A Comparison of Time Series Databases and Netsil’s Use of Druid - fangjin
https://blog.netsil.com/a-comparison-of-time-series-databases-and-netsils-use-of-druid-db805d471206#.4k4xtf8xz
======
bbrazil
Great to see an analysis of the various options.

A few corrections on Prometheus:

> an AlertManager which handles generating and transmitting alerts

Alerts are generated in Prometheus, the Alertmanager then groups, deduplicates
and transmits them. See [https://www.robustperception.io/prometheus-and-
alertmanager-...](https://www.robustperception.io/prometheus-and-alertmanager-
architecture/)

> Data Storage Model: Prometheus uses LevelDB as the storage backend

LevelDB is only used for metadata (we used to use LevelDB for everything, that
didn't work out too well).

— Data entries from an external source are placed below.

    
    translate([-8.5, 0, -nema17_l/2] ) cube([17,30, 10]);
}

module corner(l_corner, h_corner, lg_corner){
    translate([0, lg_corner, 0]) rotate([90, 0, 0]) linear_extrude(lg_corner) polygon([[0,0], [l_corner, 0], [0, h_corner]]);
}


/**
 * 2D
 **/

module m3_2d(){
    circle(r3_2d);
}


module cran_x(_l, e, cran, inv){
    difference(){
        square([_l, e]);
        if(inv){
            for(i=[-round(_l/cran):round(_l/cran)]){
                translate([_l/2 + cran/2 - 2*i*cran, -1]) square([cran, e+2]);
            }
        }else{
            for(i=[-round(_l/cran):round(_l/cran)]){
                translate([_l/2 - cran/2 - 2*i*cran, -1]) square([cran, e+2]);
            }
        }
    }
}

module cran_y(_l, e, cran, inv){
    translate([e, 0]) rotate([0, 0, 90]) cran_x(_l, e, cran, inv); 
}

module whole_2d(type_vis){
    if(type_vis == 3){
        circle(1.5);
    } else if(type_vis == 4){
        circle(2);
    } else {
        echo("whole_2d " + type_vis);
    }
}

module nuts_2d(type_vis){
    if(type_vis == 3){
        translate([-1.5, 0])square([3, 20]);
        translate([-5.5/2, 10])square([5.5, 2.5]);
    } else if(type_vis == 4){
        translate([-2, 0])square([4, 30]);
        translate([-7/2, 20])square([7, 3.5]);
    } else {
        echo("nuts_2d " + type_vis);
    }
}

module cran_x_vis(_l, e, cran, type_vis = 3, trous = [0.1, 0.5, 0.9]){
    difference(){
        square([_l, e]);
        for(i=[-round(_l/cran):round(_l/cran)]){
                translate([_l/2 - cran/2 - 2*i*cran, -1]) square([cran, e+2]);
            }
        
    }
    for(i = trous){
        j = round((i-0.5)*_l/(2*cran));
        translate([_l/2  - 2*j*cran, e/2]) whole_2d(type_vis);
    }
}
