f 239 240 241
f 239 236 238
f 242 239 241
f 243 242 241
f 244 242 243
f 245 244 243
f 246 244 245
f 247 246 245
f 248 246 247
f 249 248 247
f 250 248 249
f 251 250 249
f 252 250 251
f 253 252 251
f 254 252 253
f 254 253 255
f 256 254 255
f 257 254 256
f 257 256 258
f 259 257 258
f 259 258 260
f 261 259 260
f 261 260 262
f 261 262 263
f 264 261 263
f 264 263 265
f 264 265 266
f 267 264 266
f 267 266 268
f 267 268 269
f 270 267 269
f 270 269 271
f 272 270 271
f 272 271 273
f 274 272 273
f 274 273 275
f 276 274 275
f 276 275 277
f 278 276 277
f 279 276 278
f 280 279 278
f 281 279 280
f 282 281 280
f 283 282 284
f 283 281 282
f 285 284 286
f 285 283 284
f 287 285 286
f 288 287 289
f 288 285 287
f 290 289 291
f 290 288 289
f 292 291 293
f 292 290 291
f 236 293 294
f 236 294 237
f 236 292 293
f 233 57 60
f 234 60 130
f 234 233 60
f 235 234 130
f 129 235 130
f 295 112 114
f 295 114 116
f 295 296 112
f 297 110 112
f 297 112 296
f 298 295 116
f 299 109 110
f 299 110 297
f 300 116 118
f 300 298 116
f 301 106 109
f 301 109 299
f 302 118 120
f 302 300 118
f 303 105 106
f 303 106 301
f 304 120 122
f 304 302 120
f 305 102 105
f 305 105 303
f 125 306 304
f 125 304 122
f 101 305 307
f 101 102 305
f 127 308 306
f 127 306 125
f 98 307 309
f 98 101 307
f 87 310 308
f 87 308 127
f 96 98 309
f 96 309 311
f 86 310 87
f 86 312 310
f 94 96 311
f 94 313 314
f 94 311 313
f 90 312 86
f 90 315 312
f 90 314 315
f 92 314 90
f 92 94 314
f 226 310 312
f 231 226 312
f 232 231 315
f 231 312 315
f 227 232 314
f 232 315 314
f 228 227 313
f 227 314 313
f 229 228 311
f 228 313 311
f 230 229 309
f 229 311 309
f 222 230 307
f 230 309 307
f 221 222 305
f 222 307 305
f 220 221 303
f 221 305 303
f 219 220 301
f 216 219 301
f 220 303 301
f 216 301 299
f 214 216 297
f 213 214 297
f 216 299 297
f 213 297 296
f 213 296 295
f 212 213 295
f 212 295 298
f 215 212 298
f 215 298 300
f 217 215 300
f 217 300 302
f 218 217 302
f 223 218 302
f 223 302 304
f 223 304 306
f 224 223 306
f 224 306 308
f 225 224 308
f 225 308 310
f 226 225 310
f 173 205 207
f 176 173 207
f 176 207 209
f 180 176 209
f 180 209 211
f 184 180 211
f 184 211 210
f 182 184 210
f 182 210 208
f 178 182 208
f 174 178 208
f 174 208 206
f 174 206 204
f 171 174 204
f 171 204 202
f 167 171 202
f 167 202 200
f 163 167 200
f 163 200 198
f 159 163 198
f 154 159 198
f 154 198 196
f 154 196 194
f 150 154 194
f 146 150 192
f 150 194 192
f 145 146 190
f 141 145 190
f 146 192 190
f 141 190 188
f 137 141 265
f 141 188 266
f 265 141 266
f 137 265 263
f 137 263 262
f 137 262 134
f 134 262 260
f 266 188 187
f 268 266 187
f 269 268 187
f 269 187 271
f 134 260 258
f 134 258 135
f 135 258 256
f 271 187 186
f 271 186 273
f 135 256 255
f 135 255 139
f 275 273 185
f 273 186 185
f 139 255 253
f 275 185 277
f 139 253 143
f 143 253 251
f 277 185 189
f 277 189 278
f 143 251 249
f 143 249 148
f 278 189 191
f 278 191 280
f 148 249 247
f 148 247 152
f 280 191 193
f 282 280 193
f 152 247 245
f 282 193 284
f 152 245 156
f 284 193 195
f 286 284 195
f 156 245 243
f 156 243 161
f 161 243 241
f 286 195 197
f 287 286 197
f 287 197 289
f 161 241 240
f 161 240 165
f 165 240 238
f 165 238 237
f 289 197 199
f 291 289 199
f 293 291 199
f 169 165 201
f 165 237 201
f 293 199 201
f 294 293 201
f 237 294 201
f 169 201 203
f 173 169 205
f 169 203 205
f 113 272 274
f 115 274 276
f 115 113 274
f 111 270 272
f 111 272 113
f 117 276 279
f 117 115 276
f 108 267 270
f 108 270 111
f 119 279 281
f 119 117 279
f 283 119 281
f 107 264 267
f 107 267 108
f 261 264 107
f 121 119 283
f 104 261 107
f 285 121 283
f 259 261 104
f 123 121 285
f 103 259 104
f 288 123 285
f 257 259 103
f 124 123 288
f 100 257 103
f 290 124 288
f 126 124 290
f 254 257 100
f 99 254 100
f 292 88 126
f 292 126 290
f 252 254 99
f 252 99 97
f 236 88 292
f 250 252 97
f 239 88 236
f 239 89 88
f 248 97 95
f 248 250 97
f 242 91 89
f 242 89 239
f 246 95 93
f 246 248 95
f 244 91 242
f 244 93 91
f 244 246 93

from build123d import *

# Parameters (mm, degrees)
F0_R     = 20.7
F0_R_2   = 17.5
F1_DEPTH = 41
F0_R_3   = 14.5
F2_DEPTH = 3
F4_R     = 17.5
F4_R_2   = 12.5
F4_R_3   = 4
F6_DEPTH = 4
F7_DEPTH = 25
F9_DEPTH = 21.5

The primary timeseries storage is a custom format,
which you can find more details about in
[https://www.youtube.com/watch?v=HbnGSNEjhUc&index=6&list=PLo...](https://www.youtube.com/watch?v=HbnGSNEjhUc&index=6&list=PLoz-
W_CUquUlCq-Q0hy53TolAhaED9vmU)

> It has an active community but no enterprise support.

There's several providers of support, my company being one of them. See
[https://prometheus.io/community/](https://prometheus.io/community/)

And some others:

> InfluxDB supports ingesting data via a CLI, client libraries and an HTTP
> API.

It also accepts a custom TCP protocol, the graphite protocol and the OpenTSDB
protocol.

> Influxdb .. supports GroupBy but not TopN queries.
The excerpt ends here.